(Stored items)
********************

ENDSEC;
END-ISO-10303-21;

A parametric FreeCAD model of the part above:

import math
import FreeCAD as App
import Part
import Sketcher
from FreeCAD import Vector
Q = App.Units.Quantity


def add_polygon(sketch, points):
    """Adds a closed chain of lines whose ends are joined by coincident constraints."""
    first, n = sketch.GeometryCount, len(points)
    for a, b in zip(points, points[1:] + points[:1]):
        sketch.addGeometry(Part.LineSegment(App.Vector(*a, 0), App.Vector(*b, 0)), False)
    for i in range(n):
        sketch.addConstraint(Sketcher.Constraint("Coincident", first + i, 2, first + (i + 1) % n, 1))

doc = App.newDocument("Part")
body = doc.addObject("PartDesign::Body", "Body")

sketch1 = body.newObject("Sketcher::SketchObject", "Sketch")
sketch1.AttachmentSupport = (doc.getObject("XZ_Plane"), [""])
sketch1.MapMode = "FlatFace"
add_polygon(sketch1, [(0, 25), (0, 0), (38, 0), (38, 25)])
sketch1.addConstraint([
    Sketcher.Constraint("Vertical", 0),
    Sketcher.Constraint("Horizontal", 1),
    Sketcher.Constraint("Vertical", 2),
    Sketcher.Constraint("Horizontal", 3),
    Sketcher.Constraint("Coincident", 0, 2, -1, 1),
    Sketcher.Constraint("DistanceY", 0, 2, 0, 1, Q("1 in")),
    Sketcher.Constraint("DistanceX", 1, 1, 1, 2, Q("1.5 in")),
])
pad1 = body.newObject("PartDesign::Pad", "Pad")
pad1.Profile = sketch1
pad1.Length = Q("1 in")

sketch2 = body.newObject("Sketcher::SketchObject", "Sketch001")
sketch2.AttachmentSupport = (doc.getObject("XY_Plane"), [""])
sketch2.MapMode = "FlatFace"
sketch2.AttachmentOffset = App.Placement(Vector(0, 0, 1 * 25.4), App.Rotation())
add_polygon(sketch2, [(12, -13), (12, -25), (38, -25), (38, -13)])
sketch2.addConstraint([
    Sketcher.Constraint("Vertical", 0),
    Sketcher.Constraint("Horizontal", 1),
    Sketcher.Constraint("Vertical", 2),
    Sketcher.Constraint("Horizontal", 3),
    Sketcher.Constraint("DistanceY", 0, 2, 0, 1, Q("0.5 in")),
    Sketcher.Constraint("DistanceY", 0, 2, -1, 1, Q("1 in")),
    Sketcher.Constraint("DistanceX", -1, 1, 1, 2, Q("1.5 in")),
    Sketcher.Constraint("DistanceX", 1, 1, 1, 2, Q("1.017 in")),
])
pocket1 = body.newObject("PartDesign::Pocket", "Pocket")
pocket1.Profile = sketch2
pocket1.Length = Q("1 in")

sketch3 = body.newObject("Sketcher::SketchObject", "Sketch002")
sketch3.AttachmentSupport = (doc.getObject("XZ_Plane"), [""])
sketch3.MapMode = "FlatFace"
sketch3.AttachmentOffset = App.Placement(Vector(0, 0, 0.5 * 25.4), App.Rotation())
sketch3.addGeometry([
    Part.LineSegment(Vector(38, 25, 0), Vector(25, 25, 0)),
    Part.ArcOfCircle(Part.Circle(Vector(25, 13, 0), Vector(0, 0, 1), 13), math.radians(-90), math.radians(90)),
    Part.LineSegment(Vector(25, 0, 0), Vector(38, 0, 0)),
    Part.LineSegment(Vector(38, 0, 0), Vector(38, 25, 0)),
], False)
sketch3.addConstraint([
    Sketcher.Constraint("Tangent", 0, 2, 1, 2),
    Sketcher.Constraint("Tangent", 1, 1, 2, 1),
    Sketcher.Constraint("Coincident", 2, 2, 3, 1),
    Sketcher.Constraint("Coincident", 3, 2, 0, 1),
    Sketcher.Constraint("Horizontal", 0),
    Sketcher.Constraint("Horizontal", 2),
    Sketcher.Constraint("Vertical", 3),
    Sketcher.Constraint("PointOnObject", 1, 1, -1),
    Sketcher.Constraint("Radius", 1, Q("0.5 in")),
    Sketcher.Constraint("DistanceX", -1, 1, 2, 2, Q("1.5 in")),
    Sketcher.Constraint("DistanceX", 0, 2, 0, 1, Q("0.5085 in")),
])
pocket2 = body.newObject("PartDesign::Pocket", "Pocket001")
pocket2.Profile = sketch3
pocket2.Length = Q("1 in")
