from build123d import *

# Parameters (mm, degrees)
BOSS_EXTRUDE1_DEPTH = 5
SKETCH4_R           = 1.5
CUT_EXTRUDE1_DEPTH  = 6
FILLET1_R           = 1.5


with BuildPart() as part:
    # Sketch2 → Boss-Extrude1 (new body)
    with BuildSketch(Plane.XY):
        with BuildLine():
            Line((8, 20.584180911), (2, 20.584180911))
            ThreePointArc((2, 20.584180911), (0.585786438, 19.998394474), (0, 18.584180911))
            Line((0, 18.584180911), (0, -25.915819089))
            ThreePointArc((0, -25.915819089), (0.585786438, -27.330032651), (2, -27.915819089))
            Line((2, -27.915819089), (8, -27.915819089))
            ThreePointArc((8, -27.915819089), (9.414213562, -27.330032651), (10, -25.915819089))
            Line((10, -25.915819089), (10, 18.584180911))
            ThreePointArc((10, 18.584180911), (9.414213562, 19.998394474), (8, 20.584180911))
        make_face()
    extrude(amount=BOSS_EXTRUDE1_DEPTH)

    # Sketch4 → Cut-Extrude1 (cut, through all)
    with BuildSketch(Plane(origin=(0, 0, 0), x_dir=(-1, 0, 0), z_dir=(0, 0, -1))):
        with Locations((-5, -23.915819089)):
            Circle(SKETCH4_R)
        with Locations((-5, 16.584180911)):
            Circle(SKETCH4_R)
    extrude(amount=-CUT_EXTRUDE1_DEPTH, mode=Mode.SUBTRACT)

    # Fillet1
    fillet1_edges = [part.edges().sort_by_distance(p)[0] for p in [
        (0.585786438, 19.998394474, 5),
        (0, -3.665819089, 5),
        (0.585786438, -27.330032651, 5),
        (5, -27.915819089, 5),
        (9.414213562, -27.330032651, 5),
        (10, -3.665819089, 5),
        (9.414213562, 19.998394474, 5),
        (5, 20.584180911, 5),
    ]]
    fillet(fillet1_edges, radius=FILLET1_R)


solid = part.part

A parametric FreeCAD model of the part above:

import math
import FreeCAD as App
import Part
import Sketcher
from FreeCAD import Vector
Q = App.Units.Quantity


def edges_at(feature, points):
    """Names of the edges that pass closest to the given points."""
    edges = feature.Shape.Edges
    near = lambda p: min(range(len(edges)), key=lambda i: edges[i].distToShape(Part.Vertex(*p))[0])
    return sorted({f"Edge{near(p) + 1}" for p in points})

doc = App.newDocument("Part")
body = doc.addObject("PartDesign::Body", "Body")

# Sketch on XY plane
sketch1 = doc.addObject("Sketcher::SketchObject", "Sketch")
body.addObject(sketch1)
sketch1.AttachmentSupport = (doc.XY_Plane, [""])
sketch1.MapMode = "FlatFace"
sketch1.addGeometry([
    Part.LineSegment(Vector(8, 20.584181, 0), Vector(2, 20.584181, 0)),  # 0
    Part.ArcOfCircle(Part.Circle(Vector(2, 18.584181, 0), Vector(0, 0, 1), 2), math.radians(90), math.radians(180)),  # 1
    Part.LineSegment(Vector(0, 18.584181, 0), Vector(0, -25.915819, 0)),  # 2
    Part.ArcOfCircle(Part.Circle(Vector(2, -25.915819, 0), Vector(0, 0, 1), 2), math.radians(-180), math.radians(-90)),  # 3
    Part.LineSegment(Vector(2, -27.915819, 0), Vector(8, -27.915819, 0)),  # 4
    Part.ArcOfCircle(Part.Circle(Vector(8, -25.915819, 0), Vector(0, 0, 1), 2), math.radians(-90), math.radians(0)),  # 5
    Part.LineSegment(Vector(10, -25.915819, 0), Vector(10, 18.584181, 0)),  # 6
    Part.ArcOfCircle(Part.Circle(Vector(8, 18.584181, 0), Vector(0, 0, 1), 2), math.radians(0), math.radians(90)),  # 7
], False)
sketch1.addConstraint([
    Sketcher.Constraint("Tangent", 0, 2, 1, 1),
    Sketcher.Constraint("Tangent", 1, 2, 2, 1),
    Sketcher.Constraint("Tangent", 2, 2, 3, 1),
    Sketcher.Constraint("Tangent", 3, 2, 4, 1),
    Sketcher.Constraint("Tangent", 4, 2, 5, 1),
    Sketcher.Constraint("Tangent", 5, 2, 6, 1),
    Sketcher.Constraint("Tangent", 6, 2, 7, 1),
    Sketcher.Constraint("Tangent", 7, 2, 0, 1),
    Sketcher.Constraint("Horizontal", 0),
    Sketcher.Constraint("Vertical", 2),
    Sketcher.Constraint("Horizontal", 4),
    Sketcher.Constraint("Vertical", 6),
    Sketcher.Constraint("Equal", 1, 3),
    Sketcher.Constraint("Equal", 3, 5),
    Sketcher.Constraint("Equal", 5, 7),
    Sketcher.Constraint("PointOnObject", 1, 2, -2),
    Sketcher.Constraint("Radius", 1, Q("2 mm")),
    Sketcher.Constraint("DistanceX", 0, 2, 0, 1, Q("6 mm")),
    Sketcher.Constraint("DistanceY", 2, 2, 2, 1, Q("44.5 mm")),
    Sketcher.Constraint("DistanceY", -1, 1, 1, 3, Q("18.584181 mm")),
])
pad1 = doc.addObject("PartDesign::Pad", "Pad")
body.addObject(pad1)
pad1.Profile = sketch1
pad1.Length = 5

# Sketch on XY plane
sketch2 = doc.addObject("Sketcher::SketchObject", "Sketch001")
body.addObject(sketch2)
sketch2.AttachmentSupport = (doc.XY_Plane, [""])
sketch2.MapMode = "FlatFace"
sketch2.addGeometry([
    Part.Circle(Vector(5, -23.915819, 0), Vector(0, 0, 1), 1.5),
    Part.Circle(Vector(5, 16.584181, 0), Vector(0, 0, 1), 1.5),
], False)
sketch2.addConstraint([
    Sketcher.Constraint("Equal", 0, 1),
    Sketcher.Constraint("Vertical", 0, 3, 1, 3),
    Sketcher.Constraint("Diameter", 0, Q("3 mm")),
    Sketcher.Constraint("DistanceX", -1, 1, 0, 3, Q("5 mm")),
    Sketcher.Constraint("DistanceY", 0, 3, 1, 3, Q("40.5 mm")),
    Sketcher.Constraint("DistanceY", 0, 3, -1, 1, Q("23.915819 mm")),
])
pocket1 = doc.addObject("PartDesign::Pocket", "Pocket")
body.addObject(pocket1)
pocket1.Profile = sketch2
pocket1.Type = "ThroughAll"
pocket1.Reversed = True
doc.recompute()

fillet = doc.addObject("PartDesign::Fillet", "Fillet")
body.addObject(fillet)
fillet.Base = (pocket1, edges_at(pocket1, [
    (0.586, 19.998, 5),
    (0, -3.666, 5),
    (0.586, -27.33, 5),
    (5, -27.916, 5),
    (9.414, -27.33, 5),
    (10, -3.666, 5),
    (9.414, 19.998, 5),
    (5, 20.584, 5),
]))
fillet.Radius = 1.5

doc.recompute()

********************

_Exercise objective:_
Print again the lines of the entries above that fall between the line holding "END-ISO-10303-21;" and the line holding "a closed chain", inclusive, exactly as they stand.

_Answer to this exercise:_
END-ISO-10303-21;

A parametric FreeCAD model of the part above:

import math
import FreeCAD as App
import Part
import Sketcher
from FreeCAD import Vector
Q = App.Units.Quantity


def add_polygon(sketch, points):
    """Adds a closed chain of lines whose ends are joined by coincident constraints."""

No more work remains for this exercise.